Validation of random forest classification

pia · December 18, 2020, 11:12am

Hey there!

What do I do, if I don’t have any reference data to compare my classification with? I’m using SNAP for a random forest classification of Landsat images. I just have 2 classes: urban and non-urban
I made training samples for these two classes and after my classification I made new training samples for a new class called urban-validation and another class called non-urban-validation. As I don’t have any other data than my self-made classification of the satellite image, I guess my training samples for the two validation classes would have an accuracy of 100 %.
That’s why I don’t know if it’s even necessary to do a confusion matrix?
But if I would still want to do a confusion matrix, which classes should I use?

Does someone have an idea what I should do? I would be so greatful!!

Have a good day!

ABraun · December 18, 2020, 12:06pm

what you get from SNAP is the training accuracy - that means how well the classifier was able to put the training samples into the correct class based on the image data. It does by no means tell you about the quality of the result.

Where is your area located? There are often many independent reference datasets available which could be used. Maybe we can think together of alternatives.

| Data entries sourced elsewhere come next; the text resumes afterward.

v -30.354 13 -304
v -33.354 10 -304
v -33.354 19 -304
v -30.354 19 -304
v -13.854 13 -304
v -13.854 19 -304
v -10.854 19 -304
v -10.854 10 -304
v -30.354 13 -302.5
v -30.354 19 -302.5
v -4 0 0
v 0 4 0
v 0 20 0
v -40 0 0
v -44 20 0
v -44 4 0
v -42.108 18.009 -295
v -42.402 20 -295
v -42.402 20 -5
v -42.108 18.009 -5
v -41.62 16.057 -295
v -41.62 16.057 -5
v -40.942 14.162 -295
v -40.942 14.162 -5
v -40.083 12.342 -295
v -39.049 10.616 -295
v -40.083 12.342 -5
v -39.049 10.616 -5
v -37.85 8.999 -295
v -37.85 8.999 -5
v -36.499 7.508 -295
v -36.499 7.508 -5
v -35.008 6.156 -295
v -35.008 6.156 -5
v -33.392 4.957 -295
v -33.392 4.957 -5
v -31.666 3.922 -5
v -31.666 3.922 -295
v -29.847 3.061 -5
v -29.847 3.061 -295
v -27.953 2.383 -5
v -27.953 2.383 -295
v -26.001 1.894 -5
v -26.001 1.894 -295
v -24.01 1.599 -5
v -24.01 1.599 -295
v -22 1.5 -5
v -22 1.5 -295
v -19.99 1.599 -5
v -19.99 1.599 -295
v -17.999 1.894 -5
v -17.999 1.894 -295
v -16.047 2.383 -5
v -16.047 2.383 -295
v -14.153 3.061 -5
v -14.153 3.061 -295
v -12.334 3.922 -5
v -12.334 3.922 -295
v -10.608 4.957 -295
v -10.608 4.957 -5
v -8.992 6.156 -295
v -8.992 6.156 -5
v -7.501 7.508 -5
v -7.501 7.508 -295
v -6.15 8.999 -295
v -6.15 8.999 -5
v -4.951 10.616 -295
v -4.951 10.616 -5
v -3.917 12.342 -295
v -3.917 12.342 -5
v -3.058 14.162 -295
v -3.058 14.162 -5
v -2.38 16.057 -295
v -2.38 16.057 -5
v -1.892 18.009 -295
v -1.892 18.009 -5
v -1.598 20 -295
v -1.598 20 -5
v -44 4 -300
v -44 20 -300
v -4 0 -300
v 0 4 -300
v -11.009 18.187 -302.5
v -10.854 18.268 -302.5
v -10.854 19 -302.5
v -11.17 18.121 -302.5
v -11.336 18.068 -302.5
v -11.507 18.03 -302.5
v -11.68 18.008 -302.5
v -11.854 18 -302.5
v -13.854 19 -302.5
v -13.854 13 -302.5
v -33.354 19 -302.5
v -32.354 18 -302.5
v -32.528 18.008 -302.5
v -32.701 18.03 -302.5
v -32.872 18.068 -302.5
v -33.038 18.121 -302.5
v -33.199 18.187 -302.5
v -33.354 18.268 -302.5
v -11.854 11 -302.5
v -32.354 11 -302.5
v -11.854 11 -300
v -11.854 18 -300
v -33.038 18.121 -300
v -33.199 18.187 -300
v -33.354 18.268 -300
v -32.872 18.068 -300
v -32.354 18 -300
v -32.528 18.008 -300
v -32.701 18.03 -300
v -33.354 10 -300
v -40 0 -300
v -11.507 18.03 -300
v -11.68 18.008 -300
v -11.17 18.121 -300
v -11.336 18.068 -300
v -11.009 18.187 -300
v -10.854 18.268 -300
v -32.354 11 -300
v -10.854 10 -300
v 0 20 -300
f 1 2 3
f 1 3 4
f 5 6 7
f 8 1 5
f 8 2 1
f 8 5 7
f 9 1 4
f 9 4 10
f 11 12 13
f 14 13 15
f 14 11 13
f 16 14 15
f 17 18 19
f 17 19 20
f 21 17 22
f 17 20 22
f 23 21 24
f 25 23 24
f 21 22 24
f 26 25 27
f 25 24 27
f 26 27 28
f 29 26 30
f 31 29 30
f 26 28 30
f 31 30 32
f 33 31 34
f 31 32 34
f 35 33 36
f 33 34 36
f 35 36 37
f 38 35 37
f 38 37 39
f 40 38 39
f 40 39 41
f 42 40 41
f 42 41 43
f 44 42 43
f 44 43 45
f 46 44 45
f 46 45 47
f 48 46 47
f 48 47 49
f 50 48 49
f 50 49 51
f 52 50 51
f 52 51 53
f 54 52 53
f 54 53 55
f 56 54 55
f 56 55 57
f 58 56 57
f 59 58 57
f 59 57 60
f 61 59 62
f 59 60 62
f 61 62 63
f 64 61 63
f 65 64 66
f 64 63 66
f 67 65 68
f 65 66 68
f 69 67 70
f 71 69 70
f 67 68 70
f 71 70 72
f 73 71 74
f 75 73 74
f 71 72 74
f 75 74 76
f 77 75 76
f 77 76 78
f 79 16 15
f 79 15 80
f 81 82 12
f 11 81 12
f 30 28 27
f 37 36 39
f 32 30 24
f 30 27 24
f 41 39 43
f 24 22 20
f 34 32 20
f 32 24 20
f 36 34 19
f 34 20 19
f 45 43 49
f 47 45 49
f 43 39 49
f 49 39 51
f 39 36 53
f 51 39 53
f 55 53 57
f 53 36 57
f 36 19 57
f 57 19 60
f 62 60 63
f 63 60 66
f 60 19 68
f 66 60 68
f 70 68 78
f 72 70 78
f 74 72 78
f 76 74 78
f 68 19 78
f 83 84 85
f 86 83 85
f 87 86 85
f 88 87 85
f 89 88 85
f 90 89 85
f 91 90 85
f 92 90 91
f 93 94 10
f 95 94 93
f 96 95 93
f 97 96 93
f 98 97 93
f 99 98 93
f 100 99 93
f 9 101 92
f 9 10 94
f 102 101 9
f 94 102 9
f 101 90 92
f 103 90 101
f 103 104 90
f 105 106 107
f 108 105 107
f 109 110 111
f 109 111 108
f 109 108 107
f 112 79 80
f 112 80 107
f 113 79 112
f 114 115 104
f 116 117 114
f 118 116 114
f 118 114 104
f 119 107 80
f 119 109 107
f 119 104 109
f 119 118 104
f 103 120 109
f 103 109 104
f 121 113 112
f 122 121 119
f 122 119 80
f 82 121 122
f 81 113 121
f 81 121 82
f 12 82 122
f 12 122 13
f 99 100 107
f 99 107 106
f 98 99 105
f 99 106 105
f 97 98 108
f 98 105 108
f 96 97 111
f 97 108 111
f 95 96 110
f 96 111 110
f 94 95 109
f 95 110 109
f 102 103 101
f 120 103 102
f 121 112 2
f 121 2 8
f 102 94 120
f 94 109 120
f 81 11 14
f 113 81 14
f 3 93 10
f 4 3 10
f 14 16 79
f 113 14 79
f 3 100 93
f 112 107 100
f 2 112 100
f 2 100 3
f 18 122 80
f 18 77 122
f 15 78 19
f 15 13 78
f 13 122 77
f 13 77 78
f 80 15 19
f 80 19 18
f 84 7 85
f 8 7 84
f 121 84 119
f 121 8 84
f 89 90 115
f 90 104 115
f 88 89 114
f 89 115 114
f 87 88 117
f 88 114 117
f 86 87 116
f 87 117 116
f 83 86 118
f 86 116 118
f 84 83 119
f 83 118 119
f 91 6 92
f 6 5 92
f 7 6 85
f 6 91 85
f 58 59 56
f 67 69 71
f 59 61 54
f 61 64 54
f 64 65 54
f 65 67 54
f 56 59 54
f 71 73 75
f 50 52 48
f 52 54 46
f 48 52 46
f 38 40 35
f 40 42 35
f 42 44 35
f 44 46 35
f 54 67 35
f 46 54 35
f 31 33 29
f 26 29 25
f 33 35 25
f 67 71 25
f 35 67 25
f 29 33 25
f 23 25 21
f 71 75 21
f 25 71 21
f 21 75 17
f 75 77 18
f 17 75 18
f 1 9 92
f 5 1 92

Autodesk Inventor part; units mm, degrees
ref_plane "YZ Plane" through (0, 0, 0) normal (1, 0, 0) x (0, 1, 0)
ref_plane "XZ Plane" through (0, 0, 0) normal (0, 1, 0) x (-1, 0, 0)
ref_plane "XY Plane" through (0, 0, 0) normal (0, 0, 1) x (1, 0, 0)
sketch "Sketch1" plane through (0, 0, 0) normal (0, 1, 0) x (-1, 0, 0)
  line L0 (0, 0) -> (44, 0)
  line L1 (44, 0) -> (44, -300)
  line L2 (44, -300) -> (0, -300)
  line L3 (0, -300) -> (0, 0)
  dimension "d0" = 300
  dimension "d1" = 44
extrude "Extrusion1" add sketch "Sketch1" along normal blind 20
sketch "Sketch2" plane through (-44, 0, 0) normal (0, 0, 1) x (1, 0, 0)
  line L0 (44, 20) -> (0, 20) projected
  line L1 (44, 0) -> (0, 0) projected
  line L2 (0, 0) -> (44, 0)
  line L3 (44, 0) -> (44, 22)
  line L4 (44, 22) -> (0, 22)
  line L5 (0, 22) -> (0, 0)
  circle A0 centre (22, 22) radius 20.5
  dimension "d17" = 22
  dimension "d18" = 41
  dimension "d19" = 22
extrude "Extrusion2" cut sketch "Sketch2" against normal up to surface (300 mm away) contours A0 L0 | L0 A0 L4 | L4 A0
sketch "Sketch3" plane through (-44, 0, 0) normal (0, 0, 1) x (1, 0, 0)
  line L0 (0, 0) -> (0, 20) projected
  line L1 (0, 20) -> (44, 20)
  line L2 (44, 20) -> (44, 0)
  line L3 (44, 0) -> (0, 0)
  line L4 (0, 0) -> (0, 20)
extrude "Extrusion3" add sketch "Sketch3" against normal blind 5
sketch "Sketch4" plane through (0, 0, -300) normal (0, 0, -1) x (-1, 0, 0)
  line L0 (0, 0) -> (0, 20) projected
  line L1 (44, 0) -> (0, 0) projected
  line L2 (0, 20) -> (44, 20)
  line L3 (44, 20) -> (44, 0)
  line L4 (44, 0) -> (0, 0)
  line L5 (0, 0) -> (0, 20)
extrude "Extrusion4" add sketch "Sketch4" against normal blind 5
chamfer "Chamfer1" distance 4 angle 45 1 edges at (0, 0, -150)
chamfer "Chamfer2" distance 4 angle 45 1 edges at (-44, 0, -150)
sketch "Sketch5" plane through (0, 20, -300) normal (0, 0, -1) x (-1, 0, 0)
  line L0 (0, 0) -> (44, 0)
  line L1 (44, 0) -> (44, -20)
  line L2 (44, -20) -> (0, -20)
  line L3 (0, -20) -> (0, 0)
  line L4 (44, -16) -> (40, -20) projected
  line L5 (4, -20) -> (0, -16) projected
  line L6 (22, 0) -> (22, -20)
  line L7 (0, -10) -> (44, -10)
  line L8 (11.8539, 0) -> (11.8539, -20)
  line L9 (32.3539, 0) -> (32.3539, -20)
  line L10 (10.8539, 0) -> (10.8539, -20)
  line L11 (33.3539, 0) -> (33.3539, -20)
  line L12 (0, -9) -> (44, -9)
  circle A0 centre (11.8539, 0) radius 2
  circle A1 centre (32.3539, 0) radius 2
  point P0 (0, -20)
  point P1 (2, -18)
  point P2 (42, -18)
  point P3 (11.8539, -2)
  point P4 (10.8539, -1.7321)
  point P5 (10.8539, -10)
  point P6 (33.3539, -10)
  point P7 (33.3539, -1.7321)
  point P8 (32.3539, -2)
  point P9 (32.3539, -9)
  point P10 (11.8539, -9)
  dimension "d20" = 20
  dimension "d21" = 44
  dimension "d23" = 2
  dimension "d24" = 2
  dimension "d25" = 20.5
  dimension "d26" = 11.8539
  dimension "d27" = 1
  dimension "d28" = 1
  dimension "d29" = 9
  dimension "d30" = 4
  dimension "d31" = 4
extrude "Extrusion5" add sketch "Sketch5" along normal blind 2.5 contours A0 L8 L12 L10 | L12 L8 L7 L10 | L12 L6 L7 L8 | L12 L9 L7 L6 | A1 L11 L12 L9 | L12 L11 L7 L9
sketch "Sketch7" plane through (-33.3539, 10, -300) normal (0, -1, 0) x (1, 0, 0)
  line L0 (22.5, -2.5) -> (0, -2.5)
  line L1 (0, -2.5) -> (0, -4)
  line L2 (0, -4) -> (22.5, -4)
  line L3 (22.5, -4) -> (22.5, -2.5)
  line L4 (0, 0) -> (0, -2.5) projected
  line L5 (22.5, -4) -> (21.5, -4)
  line L6 (21.5, -2.5) -> (22.5, -2.5)
  line L7 (22.5, -2.5) -> (22.5, -4)
  line L8 (21.5, 0) -> (21.5, -2.5) projected
  line L9 (3, -2.5) -> (0, -2.5)
  line L10 (0, -2.5) -> (0, -4)
  line L11 (0, -4) -> (3, -4)
  line L12 (3, -4) -> (3, -2.5)
  line L13 (22.5, -2.5) -> (0, -2.5) projected
  line L14 (22.5, -4) -> (19.5, -4)
  line L15 (19.5, -4) -> (19.5, -2.5)
  line L16 (19.5, -2.5) -> (22.5, -2.5)
  line L17 (22.5, -2.5) -> (22.5, -4)
  point P0 (33.3539, 300)
  point P1 (22.5, -3.25)
  point P2 (19.5, -4)
  point P3 (19.5, -2.5)
  point P4 (3, -4)
  dimension "d36" = 1.5
  dimension "d37" = 3
  dimension "d38" = 3
extrude "Extrusion6" add sketch "Sketch7" against normal blind 3 contours L15 L2 L12 L0
extrude "Extrusion7" add sketch "Sketch7" against normal blind 9 contours L3 L2 L15 L0 | L12 L2 L1 L0
properties part number "profilrampa"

For the difference between training and prediction accuracy, I have compiled a tutorial which maybe helps you: Landcover classification with Sentinel-1 GRD

pia · December 18, 2020, 3:22pm

Hi, thanks for your quick respond!

Yeah, thats what I thought too.

It’s Tanzania, smaller cities like Tunduma or Mbeya

ABraun · December 18, 2020, 4:10pm

the following sources are worth checking for their suitability to serve as reference data.

pia · December 19, 2020, 9:22am

Hey again

I checked some of these pages out and figured some of would work, but am I right that resolution of the refence data has to be the same as my satellite data? It’s 30 meters.

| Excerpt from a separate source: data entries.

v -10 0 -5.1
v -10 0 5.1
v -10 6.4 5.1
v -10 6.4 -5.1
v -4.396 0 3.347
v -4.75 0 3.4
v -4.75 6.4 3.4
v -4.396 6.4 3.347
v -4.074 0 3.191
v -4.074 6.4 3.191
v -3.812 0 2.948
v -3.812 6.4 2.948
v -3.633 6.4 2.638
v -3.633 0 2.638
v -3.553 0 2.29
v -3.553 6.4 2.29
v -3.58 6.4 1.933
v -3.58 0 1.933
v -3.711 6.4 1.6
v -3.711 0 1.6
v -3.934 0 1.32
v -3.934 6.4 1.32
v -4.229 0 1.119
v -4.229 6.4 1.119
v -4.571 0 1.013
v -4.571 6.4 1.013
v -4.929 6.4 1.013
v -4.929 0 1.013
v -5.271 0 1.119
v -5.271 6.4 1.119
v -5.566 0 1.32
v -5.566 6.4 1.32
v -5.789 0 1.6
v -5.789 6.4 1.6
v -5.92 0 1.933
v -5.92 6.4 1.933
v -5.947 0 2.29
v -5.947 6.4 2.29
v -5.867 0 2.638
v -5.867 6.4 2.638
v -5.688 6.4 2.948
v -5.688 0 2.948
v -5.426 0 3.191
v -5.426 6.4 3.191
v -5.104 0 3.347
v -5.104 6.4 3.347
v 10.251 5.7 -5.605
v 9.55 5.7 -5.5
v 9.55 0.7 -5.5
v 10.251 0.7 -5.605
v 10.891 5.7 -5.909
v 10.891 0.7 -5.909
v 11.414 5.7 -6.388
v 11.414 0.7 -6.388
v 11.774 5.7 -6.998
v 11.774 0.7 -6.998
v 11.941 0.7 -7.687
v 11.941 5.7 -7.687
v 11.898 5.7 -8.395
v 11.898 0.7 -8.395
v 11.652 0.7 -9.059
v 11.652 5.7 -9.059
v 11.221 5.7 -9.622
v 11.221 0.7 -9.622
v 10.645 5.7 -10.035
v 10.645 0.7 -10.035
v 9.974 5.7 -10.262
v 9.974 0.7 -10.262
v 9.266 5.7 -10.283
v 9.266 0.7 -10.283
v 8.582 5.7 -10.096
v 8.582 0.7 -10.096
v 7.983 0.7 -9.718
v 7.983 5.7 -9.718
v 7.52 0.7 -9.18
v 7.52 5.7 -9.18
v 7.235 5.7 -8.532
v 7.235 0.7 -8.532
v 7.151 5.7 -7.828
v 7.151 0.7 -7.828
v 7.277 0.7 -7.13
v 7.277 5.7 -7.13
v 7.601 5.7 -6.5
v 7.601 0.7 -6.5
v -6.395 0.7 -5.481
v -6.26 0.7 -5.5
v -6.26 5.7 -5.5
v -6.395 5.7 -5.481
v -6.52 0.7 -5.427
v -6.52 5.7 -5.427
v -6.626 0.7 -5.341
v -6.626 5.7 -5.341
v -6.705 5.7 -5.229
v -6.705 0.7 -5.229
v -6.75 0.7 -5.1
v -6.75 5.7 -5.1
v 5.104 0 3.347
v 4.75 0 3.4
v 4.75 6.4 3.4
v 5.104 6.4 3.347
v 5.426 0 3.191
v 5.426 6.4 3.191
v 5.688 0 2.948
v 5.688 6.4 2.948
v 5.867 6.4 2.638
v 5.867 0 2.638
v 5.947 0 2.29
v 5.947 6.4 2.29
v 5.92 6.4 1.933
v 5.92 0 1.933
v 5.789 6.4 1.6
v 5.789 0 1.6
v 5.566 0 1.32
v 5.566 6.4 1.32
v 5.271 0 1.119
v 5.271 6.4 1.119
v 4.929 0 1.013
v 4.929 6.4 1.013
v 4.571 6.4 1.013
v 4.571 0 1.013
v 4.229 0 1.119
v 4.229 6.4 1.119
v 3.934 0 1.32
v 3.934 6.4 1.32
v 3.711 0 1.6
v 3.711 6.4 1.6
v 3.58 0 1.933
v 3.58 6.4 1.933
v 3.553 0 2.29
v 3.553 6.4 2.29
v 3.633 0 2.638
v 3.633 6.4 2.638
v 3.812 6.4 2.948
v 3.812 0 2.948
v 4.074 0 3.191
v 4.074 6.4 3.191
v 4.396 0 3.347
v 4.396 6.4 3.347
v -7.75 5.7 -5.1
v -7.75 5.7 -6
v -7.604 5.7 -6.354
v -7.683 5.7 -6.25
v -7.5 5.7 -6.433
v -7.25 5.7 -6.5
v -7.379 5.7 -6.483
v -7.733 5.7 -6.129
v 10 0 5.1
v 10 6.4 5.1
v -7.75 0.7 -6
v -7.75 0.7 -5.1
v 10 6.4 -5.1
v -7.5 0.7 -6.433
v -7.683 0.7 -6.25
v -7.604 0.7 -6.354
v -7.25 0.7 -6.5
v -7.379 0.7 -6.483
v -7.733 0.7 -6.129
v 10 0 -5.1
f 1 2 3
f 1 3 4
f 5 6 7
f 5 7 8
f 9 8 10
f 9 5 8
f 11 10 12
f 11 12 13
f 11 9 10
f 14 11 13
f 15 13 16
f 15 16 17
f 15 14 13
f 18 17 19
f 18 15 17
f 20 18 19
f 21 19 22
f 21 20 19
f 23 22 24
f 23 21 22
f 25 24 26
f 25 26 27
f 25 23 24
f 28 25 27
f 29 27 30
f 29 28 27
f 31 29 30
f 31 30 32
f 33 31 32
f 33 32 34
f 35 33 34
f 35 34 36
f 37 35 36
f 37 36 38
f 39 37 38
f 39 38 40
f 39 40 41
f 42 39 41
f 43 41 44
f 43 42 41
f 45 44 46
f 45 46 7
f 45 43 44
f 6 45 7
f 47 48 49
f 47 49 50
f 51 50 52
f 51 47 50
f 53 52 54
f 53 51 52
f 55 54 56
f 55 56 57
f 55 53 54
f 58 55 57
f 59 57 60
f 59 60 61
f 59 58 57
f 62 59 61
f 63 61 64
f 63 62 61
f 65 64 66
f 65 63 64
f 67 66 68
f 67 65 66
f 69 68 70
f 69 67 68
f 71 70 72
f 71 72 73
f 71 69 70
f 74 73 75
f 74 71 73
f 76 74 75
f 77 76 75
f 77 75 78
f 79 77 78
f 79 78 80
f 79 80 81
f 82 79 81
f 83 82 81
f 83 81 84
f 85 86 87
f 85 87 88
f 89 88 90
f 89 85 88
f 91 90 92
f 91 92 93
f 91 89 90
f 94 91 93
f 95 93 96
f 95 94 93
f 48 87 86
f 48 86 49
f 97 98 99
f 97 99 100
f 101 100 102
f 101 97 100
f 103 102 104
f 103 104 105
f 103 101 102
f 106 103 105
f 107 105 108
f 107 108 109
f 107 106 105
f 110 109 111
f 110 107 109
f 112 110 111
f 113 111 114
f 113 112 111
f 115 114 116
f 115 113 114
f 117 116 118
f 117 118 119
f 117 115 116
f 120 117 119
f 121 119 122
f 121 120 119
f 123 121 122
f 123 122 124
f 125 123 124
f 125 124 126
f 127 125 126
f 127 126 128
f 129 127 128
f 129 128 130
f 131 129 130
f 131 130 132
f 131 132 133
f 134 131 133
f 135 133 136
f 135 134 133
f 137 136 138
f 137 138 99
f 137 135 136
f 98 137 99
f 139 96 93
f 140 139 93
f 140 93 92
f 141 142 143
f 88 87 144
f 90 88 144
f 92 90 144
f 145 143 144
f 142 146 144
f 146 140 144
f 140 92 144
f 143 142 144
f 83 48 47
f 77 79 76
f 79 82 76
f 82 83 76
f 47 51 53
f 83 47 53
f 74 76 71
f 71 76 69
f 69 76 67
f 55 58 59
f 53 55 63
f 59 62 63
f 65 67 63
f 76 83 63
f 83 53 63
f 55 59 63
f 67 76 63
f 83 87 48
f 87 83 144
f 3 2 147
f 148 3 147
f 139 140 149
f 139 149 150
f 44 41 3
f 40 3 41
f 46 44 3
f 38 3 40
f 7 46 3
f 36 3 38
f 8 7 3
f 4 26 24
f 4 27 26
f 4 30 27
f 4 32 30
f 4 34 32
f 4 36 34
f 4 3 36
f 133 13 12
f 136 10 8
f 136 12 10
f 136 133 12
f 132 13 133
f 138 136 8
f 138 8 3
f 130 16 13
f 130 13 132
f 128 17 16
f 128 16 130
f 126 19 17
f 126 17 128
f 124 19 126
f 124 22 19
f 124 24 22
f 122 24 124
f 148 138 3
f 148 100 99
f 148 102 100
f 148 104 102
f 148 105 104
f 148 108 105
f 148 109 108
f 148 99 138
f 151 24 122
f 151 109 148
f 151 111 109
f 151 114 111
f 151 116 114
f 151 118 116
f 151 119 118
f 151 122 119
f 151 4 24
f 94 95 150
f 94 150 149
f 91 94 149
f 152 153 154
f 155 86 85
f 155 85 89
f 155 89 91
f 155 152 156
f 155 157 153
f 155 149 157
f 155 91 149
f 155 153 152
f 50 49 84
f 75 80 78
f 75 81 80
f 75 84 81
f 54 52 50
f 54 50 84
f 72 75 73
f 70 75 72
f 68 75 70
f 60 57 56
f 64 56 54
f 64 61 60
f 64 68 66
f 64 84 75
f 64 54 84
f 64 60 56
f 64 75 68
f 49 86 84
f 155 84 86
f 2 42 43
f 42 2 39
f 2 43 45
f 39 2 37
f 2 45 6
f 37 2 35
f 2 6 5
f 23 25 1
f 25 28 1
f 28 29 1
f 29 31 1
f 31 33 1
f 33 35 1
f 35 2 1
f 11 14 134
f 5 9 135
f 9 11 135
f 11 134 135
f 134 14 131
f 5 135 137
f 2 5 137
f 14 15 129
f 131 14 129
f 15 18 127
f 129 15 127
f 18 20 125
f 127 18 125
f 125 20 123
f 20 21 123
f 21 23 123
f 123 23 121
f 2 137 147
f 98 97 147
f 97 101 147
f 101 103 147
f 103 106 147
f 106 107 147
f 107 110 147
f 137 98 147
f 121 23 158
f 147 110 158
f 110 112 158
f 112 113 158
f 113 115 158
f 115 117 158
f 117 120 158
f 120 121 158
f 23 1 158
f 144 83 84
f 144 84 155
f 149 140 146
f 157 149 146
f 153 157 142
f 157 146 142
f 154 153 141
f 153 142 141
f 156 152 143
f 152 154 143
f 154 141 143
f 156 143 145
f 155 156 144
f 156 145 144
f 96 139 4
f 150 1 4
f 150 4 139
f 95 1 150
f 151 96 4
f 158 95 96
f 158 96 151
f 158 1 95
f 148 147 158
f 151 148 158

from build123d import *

# Parameters (mm, degrees)
SKETCH1_W           = 20
SKETCH1_H           = 10.2
SKETCH1_R           = 1.2
BOSS_EXTRUDE1_DEPTH = 6.4
BOSS_EXTRUDE2_DEPTH = 2.5
FILLET1_R           = 0.5


with BuildPart() as part:
    # Sketch1 → Boss-Extrude1 (new body)
    with BuildSketch(Plane(origin=(0, 0, 0), x_dir=(1, 0, 0), z_dir=(0, 1, 0))):
        Rectangle(SKETCH1_W, SKETCH1_H)
        with Locations(Location((-4.75, -2.2, 0), (0, 0, 270))):
            Circle(SKETCH1_R, mode=Mode.SUBTRACT)
        with Locations(Location((4.75, -2.2, 0), (0, 0, 270))):
            Circle(SKETCH1_R, mode=Mode.SUBTRACT)
    extrude(amount=BOSS_EXTRUDE1_DEPTH)

    # Sketch4 → Boss-Extrude2 (add, symmetric)
    with BuildSketch(Plane(origin=(0, 3.2, 0), x_dir=(1, 0, 0), z_dir=(0, 1, 0))):
        with BuildLine():
            Line((-6.75, 5.1), (-6.75, 5.5))
            Line((-6.75, 5.5), (9.55, 5.5))
            ThreePointArc((9.55, 5.5), (10.645445115, 10.03541565), (7.600641131, 6.5))
            Line((7.600641131, 6.5), (-7.75, 6.5))
            Line((-7.75, 6.5), (-7.75, 5.1))
            Line((-7.75, 5.1), (-6.75, 5.1))
        make_face()
    extrude(amount=BOSS_EXTRUDE2_DEPTH, both=True)

    # Fillet1
    # the kernel refuses this fillet: 0.5 mm, written as the material it adds along each edge
    with BuildSketch(Plane(origin=(-6.75, 0.7, -5.5), x_dir=(1.5765166949672097e-12, 0, 1.0), z_dir=(0, 1, 0))) as fillet1_piece_1:
        with BuildLine():
            CenterArc((0.5, 0.489897949), FILLET1_R, 180, 78.463040967)
            Line((0, 0.489897949), (0, 0))
            Line((0, 0), (0.4, 0))
        make_face()
    extrude(amount=5)
    # the kernel refuses this fillet: 0.5 mm, written as the material it takes off along each edge
    with BuildSketch(Plane(origin=(-7.75, 6.95, -6.5), x_dir=(0, 0, 1), z_dir=(0, -1, 0))) as fillet1_2_piece_1:
        with BuildLine():
            CenterArc((FILLET1_R, -FILLET1_R), FILLET1_R, 90, 90)
            Line((0, -FILLET1_R), (0, 0))
            Line((0, 0), (FILLET1_R, 0))
        make_face()
    extrude(amount=7.5, mode=Mode.SUBTRACT)


solid = part.part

What about these points? What do I have to consider using reference data?

-Definition of urban and non-urban must be the same?
-Year of observations must be the same?
-the Coordinate Reference System should be the same?
-Satellite should be the same? (Landsat/Sentinel)

ABraun · December 19, 2020, 6:29pm

I’d say the most important factor of reference data for validation is independence from the used data. That means the urban areas you use for validation should not have been derived from the same data as you are using. Only then you can say that your method provides results which are as good (or not) as results of other sources. So, to answer your points

idealy, the quality of the reference data is higher than yours, so if the spatial resolution of the validation data is higher - even better!
the definition of what is considered urban and what not should be similar, yes
the temporal differnce should be as small as possible so that differences between result and validation are not caused by temporal dynamics
coordinate refernces system does not matter, you can reproject the validation data to match yours
satellite should not be the same for the above mentioned reasons.